◆ **ASSIGNMENT**: For this exercise, repeat every line of the material exactly.

/---

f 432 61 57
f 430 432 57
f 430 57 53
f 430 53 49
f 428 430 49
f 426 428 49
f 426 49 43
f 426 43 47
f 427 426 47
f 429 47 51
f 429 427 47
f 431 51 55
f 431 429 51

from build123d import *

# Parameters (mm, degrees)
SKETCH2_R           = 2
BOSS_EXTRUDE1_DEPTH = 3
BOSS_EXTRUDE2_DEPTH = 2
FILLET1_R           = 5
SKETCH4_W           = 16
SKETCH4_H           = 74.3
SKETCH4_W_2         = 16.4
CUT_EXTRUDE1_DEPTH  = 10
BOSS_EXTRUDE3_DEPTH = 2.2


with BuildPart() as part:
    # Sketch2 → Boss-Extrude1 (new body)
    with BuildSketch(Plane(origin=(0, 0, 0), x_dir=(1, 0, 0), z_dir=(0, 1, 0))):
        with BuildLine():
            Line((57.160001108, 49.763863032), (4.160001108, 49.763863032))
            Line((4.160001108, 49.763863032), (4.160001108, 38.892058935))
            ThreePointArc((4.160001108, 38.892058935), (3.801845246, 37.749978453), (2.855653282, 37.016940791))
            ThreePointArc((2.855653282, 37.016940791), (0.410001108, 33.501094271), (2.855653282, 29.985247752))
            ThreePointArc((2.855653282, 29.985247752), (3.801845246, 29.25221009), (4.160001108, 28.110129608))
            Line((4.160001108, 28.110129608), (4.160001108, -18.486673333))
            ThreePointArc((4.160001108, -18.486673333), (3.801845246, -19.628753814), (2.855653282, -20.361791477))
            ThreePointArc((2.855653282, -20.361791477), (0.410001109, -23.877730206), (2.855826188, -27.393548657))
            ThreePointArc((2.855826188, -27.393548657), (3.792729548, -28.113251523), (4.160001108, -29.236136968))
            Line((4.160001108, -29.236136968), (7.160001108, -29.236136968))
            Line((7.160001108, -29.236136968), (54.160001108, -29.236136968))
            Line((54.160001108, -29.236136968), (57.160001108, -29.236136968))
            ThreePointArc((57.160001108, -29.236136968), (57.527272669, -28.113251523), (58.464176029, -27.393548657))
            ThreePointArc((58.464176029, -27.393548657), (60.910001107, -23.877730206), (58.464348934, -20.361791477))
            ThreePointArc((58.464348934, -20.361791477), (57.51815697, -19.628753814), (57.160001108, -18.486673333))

\---

◆ **WRITTEN ANSWER**:
f 432 61 57
f 430 432 57
f 430 57 53
f 430 53 49
f 428 430 49
f 426 428 49
f 426 49 43
f 426 43 47
f 427 426 47
f 429 47 51
f 429 427 47
f 431 51 55
f 431 429 51

from build123d import *

# Parameters (mm, degrees)
SKETCH2_R           = 2
BOSS_EXTRUDE1_DEPTH = 3
BOSS_EXTRUDE2_DEPTH = 2
FILLET1_R           = 5
SKETCH4_W           = 16
SKETCH4_H           = 74.3
SKETCH4_W_2         = 16.4
CUT_EXTRUDE1_DEPTH  = 10
BOSS_EXTRUDE3_DEPTH = 2.2


with BuildPart() as part:
    # Sketch2 → Boss-Extrude1 (new body)
    with BuildSketch(Plane(origin=(0, 0, 0), x_dir=(1, 0, 0), z_dir=(0, 1, 0))):
        with BuildLine():
            Line((57.160001108, 49.763863032), (4.160001108, 49.763863032))
            Line((4.160001108, 49.763863032), (4.160001108, 38.892058935))
            ThreePointArc((4.160001108, 38.892058935), (3.801845246, 37.749978453), (2.855653282, 37.016940791))
            ThreePointArc((2.855653282, 37.016940791), (0.410001108, 33.501094271), (2.855653282, 29.985247752))
            ThreePointArc((2.855653282, 29.985247752), (3.801845246, 29.25221009), (4.160001108, 28.110129608))
            Line((4.160001108, 28.110129608), (4.160001108, -18.486673333))
            ThreePointArc((4.160001108, -18.486673333), (3.801845246, -19.628753814), (2.855653282, -20.361791477))
            ThreePointArc((2.855653282, -20.361791477), (0.410001109, -23.877730206), (2.855826188, -27.393548657))
            ThreePointArc((2.855826188, -27.393548657), (3.792729548, -28.113251523), (4.160001108, -29.236136968))
            Line((4.160001108, -29.236136968), (7.160001108, -29.236136968))
            Line((7.160001108, -29.236136968), (54.160001108, -29.236136968))
            Line((54.160001108, -29.236136968), (57.160001108, -29.236136968))
            ThreePointArc((57.160001108, -29.236136968), (57.527272669, -28.113251523), (58.464176029, -27.393548657))
            ThreePointArc((58.464176029, -27.393548657), (60.910001107, -23.877730206), (58.464348934, -20.361791477))
            ThreePointArc((58.464348934, -20.361791477), (57.51815697, -19.628753814), (57.160001108, -18.486673333))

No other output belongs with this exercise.